## PROBLEM
Go through the data line by line from the top, retyping each exactly, and end with the line that contains "f 794 554 793".
RECORDS PROVIDED START
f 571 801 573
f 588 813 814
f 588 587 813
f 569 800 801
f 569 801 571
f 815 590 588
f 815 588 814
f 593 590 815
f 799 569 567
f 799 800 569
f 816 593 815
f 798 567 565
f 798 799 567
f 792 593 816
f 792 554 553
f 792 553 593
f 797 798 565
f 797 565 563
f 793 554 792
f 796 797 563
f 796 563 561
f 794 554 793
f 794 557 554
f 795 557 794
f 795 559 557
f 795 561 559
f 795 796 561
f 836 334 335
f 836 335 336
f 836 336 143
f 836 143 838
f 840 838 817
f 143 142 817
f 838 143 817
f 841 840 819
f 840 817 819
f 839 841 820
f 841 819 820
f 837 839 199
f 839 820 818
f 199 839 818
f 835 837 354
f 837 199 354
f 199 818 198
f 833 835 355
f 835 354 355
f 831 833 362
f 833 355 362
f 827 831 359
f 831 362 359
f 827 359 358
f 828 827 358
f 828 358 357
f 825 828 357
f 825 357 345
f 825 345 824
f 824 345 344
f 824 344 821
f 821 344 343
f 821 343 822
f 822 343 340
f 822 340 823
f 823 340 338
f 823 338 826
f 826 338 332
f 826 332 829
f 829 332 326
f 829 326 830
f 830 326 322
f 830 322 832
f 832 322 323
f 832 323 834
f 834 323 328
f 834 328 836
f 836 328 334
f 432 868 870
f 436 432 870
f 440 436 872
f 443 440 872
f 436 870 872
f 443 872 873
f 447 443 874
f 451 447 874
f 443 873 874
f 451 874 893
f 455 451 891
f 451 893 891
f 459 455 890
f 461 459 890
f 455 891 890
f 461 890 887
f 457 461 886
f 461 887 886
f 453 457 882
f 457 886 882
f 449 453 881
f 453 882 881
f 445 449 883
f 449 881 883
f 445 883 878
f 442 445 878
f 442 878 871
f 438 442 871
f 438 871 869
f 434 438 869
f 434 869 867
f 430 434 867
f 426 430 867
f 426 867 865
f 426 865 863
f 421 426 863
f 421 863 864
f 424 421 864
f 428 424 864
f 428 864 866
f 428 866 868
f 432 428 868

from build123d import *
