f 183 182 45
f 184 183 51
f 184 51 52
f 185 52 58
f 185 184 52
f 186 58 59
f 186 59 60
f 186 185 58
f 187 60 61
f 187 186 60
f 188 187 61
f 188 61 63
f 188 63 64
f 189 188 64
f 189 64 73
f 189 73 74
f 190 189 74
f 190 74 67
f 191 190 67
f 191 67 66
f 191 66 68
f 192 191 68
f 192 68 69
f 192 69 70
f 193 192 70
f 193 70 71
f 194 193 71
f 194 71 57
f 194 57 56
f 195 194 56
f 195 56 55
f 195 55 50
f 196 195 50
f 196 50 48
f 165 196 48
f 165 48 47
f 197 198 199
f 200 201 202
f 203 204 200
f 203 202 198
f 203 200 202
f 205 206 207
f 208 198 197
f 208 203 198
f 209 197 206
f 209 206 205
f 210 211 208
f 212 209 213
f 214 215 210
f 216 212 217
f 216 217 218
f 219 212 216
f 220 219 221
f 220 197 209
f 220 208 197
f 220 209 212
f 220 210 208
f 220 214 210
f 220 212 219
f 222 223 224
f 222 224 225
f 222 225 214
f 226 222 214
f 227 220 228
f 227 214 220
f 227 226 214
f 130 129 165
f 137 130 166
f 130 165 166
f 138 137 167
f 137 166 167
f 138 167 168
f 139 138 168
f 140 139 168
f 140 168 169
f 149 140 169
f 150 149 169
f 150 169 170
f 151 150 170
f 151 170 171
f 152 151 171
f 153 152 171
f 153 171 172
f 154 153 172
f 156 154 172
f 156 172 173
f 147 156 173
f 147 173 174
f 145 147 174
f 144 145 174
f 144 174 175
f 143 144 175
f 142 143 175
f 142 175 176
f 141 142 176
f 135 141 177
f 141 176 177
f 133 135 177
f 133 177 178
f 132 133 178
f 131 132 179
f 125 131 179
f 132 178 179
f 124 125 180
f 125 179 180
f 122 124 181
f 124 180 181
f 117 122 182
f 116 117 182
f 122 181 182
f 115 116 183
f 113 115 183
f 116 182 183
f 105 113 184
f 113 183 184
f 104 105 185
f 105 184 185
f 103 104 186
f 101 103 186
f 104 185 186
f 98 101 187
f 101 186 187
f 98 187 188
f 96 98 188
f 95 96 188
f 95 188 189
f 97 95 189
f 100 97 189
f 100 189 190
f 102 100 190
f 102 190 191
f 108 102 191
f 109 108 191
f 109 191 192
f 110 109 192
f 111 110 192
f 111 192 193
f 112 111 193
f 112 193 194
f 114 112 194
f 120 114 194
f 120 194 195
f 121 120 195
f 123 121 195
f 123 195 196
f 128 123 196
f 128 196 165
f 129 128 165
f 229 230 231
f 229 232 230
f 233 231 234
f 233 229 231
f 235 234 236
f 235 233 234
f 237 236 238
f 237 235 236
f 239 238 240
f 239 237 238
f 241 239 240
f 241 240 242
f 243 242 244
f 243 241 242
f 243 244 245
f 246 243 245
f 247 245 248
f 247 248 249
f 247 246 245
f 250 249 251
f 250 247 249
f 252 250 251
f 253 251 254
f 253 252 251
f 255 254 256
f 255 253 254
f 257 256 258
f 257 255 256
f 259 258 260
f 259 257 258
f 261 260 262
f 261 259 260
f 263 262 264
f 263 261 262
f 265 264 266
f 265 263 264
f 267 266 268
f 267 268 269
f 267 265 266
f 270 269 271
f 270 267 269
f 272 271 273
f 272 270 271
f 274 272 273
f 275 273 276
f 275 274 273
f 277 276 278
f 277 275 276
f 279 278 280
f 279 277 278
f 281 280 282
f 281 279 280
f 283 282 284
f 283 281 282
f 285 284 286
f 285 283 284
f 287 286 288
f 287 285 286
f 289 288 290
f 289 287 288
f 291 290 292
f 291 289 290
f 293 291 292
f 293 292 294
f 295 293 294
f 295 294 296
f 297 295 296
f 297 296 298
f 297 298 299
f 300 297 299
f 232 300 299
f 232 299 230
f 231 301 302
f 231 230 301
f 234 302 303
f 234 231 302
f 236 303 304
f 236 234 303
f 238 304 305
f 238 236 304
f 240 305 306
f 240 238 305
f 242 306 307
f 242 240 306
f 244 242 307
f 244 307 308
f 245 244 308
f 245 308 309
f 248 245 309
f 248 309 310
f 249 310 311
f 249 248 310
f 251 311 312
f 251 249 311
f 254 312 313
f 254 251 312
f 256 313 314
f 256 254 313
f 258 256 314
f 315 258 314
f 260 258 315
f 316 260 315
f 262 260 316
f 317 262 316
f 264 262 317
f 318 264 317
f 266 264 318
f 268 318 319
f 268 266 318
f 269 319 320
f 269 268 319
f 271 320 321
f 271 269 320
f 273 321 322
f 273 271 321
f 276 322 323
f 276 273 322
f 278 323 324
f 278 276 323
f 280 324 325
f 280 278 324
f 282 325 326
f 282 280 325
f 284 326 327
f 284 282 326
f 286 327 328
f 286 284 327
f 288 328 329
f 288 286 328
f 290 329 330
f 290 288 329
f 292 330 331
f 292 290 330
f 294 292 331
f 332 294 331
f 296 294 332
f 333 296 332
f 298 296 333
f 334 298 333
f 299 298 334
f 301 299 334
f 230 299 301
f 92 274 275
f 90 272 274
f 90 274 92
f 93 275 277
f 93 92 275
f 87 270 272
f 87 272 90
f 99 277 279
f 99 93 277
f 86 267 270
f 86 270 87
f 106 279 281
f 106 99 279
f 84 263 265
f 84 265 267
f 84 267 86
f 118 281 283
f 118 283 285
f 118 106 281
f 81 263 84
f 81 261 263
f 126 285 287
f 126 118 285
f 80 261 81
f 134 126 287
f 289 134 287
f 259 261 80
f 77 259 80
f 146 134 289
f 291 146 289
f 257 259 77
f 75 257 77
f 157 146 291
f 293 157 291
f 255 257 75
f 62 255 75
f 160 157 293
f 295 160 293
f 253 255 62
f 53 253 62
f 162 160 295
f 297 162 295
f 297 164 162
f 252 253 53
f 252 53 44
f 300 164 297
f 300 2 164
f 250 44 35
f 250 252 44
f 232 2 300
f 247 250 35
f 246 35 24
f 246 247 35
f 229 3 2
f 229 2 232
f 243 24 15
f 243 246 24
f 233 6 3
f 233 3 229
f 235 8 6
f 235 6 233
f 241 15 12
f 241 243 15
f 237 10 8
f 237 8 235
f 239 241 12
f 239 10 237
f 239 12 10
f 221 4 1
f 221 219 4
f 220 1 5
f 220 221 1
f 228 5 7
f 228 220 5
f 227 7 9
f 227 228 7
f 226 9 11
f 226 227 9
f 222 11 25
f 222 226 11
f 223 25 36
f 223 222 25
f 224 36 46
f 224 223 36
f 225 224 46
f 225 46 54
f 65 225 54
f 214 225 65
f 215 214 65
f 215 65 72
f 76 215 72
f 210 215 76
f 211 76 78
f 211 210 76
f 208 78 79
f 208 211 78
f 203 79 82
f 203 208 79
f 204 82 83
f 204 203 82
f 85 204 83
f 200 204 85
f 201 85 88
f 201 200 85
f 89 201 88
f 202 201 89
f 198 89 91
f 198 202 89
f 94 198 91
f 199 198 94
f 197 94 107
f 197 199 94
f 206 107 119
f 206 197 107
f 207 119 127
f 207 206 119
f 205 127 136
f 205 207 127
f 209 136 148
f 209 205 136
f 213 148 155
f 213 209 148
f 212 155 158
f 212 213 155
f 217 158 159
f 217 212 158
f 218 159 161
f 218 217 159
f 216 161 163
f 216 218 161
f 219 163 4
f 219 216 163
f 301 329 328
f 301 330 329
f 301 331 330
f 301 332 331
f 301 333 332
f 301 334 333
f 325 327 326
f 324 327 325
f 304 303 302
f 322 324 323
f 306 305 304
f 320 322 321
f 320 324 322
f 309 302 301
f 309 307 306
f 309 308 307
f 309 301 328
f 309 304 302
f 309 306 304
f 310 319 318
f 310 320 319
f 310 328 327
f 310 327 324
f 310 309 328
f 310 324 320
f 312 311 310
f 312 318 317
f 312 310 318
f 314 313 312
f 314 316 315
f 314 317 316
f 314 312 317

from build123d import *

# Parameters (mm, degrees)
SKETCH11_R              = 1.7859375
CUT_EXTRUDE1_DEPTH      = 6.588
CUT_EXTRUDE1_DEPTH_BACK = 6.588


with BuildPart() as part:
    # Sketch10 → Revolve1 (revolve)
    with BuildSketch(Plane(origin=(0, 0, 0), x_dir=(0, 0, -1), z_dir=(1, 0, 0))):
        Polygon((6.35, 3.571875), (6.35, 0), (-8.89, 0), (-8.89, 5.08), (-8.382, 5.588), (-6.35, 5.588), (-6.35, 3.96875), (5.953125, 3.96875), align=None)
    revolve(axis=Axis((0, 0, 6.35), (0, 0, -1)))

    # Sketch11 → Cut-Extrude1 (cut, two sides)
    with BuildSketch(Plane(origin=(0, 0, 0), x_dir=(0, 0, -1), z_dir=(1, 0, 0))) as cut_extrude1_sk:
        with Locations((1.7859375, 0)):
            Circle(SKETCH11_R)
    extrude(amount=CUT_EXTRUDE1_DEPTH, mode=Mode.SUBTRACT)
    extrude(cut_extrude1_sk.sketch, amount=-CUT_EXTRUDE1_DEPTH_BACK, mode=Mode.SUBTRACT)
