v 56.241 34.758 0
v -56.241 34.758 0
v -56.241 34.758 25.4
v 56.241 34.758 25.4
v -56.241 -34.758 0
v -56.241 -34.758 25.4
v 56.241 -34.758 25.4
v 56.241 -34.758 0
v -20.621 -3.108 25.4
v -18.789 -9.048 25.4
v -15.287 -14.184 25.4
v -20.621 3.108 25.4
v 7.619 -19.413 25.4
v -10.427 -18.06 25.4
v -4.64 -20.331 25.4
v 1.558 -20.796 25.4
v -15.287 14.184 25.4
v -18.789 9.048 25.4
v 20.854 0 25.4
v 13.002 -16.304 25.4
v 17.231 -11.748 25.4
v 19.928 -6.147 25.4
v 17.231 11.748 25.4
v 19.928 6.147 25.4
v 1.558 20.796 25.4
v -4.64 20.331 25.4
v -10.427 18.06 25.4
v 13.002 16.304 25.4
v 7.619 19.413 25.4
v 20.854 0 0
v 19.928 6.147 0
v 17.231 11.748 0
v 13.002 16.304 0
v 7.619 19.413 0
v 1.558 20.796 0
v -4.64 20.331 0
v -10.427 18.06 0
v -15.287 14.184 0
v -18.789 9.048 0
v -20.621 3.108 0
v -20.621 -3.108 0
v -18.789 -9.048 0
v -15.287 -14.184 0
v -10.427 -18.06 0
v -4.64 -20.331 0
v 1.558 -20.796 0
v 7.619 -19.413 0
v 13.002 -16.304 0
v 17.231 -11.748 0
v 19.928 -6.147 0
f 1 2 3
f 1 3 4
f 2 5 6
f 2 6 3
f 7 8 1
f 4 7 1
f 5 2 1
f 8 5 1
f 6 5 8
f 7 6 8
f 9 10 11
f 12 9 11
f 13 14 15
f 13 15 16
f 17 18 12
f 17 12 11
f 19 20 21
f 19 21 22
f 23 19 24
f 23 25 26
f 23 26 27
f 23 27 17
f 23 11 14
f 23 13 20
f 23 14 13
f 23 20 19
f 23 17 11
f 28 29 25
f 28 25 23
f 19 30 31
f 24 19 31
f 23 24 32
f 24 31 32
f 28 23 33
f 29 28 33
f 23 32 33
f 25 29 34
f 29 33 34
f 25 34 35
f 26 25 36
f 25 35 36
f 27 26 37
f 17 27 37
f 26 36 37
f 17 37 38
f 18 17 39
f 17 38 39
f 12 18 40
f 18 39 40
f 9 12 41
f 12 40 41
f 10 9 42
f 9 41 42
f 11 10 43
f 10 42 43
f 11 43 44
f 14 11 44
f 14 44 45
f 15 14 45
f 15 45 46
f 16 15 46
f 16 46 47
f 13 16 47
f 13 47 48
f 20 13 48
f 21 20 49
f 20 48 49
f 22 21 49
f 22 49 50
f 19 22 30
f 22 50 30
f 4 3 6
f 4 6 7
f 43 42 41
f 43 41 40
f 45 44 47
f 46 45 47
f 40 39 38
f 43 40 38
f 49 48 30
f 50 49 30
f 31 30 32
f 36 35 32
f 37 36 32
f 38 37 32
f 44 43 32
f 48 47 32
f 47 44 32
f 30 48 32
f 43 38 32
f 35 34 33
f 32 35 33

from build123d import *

# Parameters (mm, degrees)
F0_W     = 112.4813705683
F0_H     = 69.5165470243
F2_DEPTH = 25.4
F1_R     = 20.8541710189


with BuildPart() as f2:
    # F0 (on Top) → F2 (new body)
    with BuildSketch(Plane.XY):
        Rectangle(F0_W, F0_H)
    extrude(amount=F2_DEPTH)


with BuildPart() as f2b:
    # F1 (on Top) → F2, piece 2 (new body)
    with BuildSketch(Plane.XY):
        Circle(F1_R)
    extrude(amount=F2_DEPTH)


solid = Compound([f2.part, f2b.part])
RECORDS PROVIDED END
## EXERCISE ANSWER
f 571 801 573
f 588 813 814
f 588 587 813
f 569 800 801
f 569 801 571
f 815 590 588
f 815 588 814
f 593 590 815
f 799 569 567
f 799 800 569
f 816 593 815
f 798 567 565
f 798 799 567
f 792 593 816
f 792 554 553
f 792 553 593
f 797 798 565
f 797 565 563
f 793 554 792
f 796 797 563
f 796 563 561
f 794 554 793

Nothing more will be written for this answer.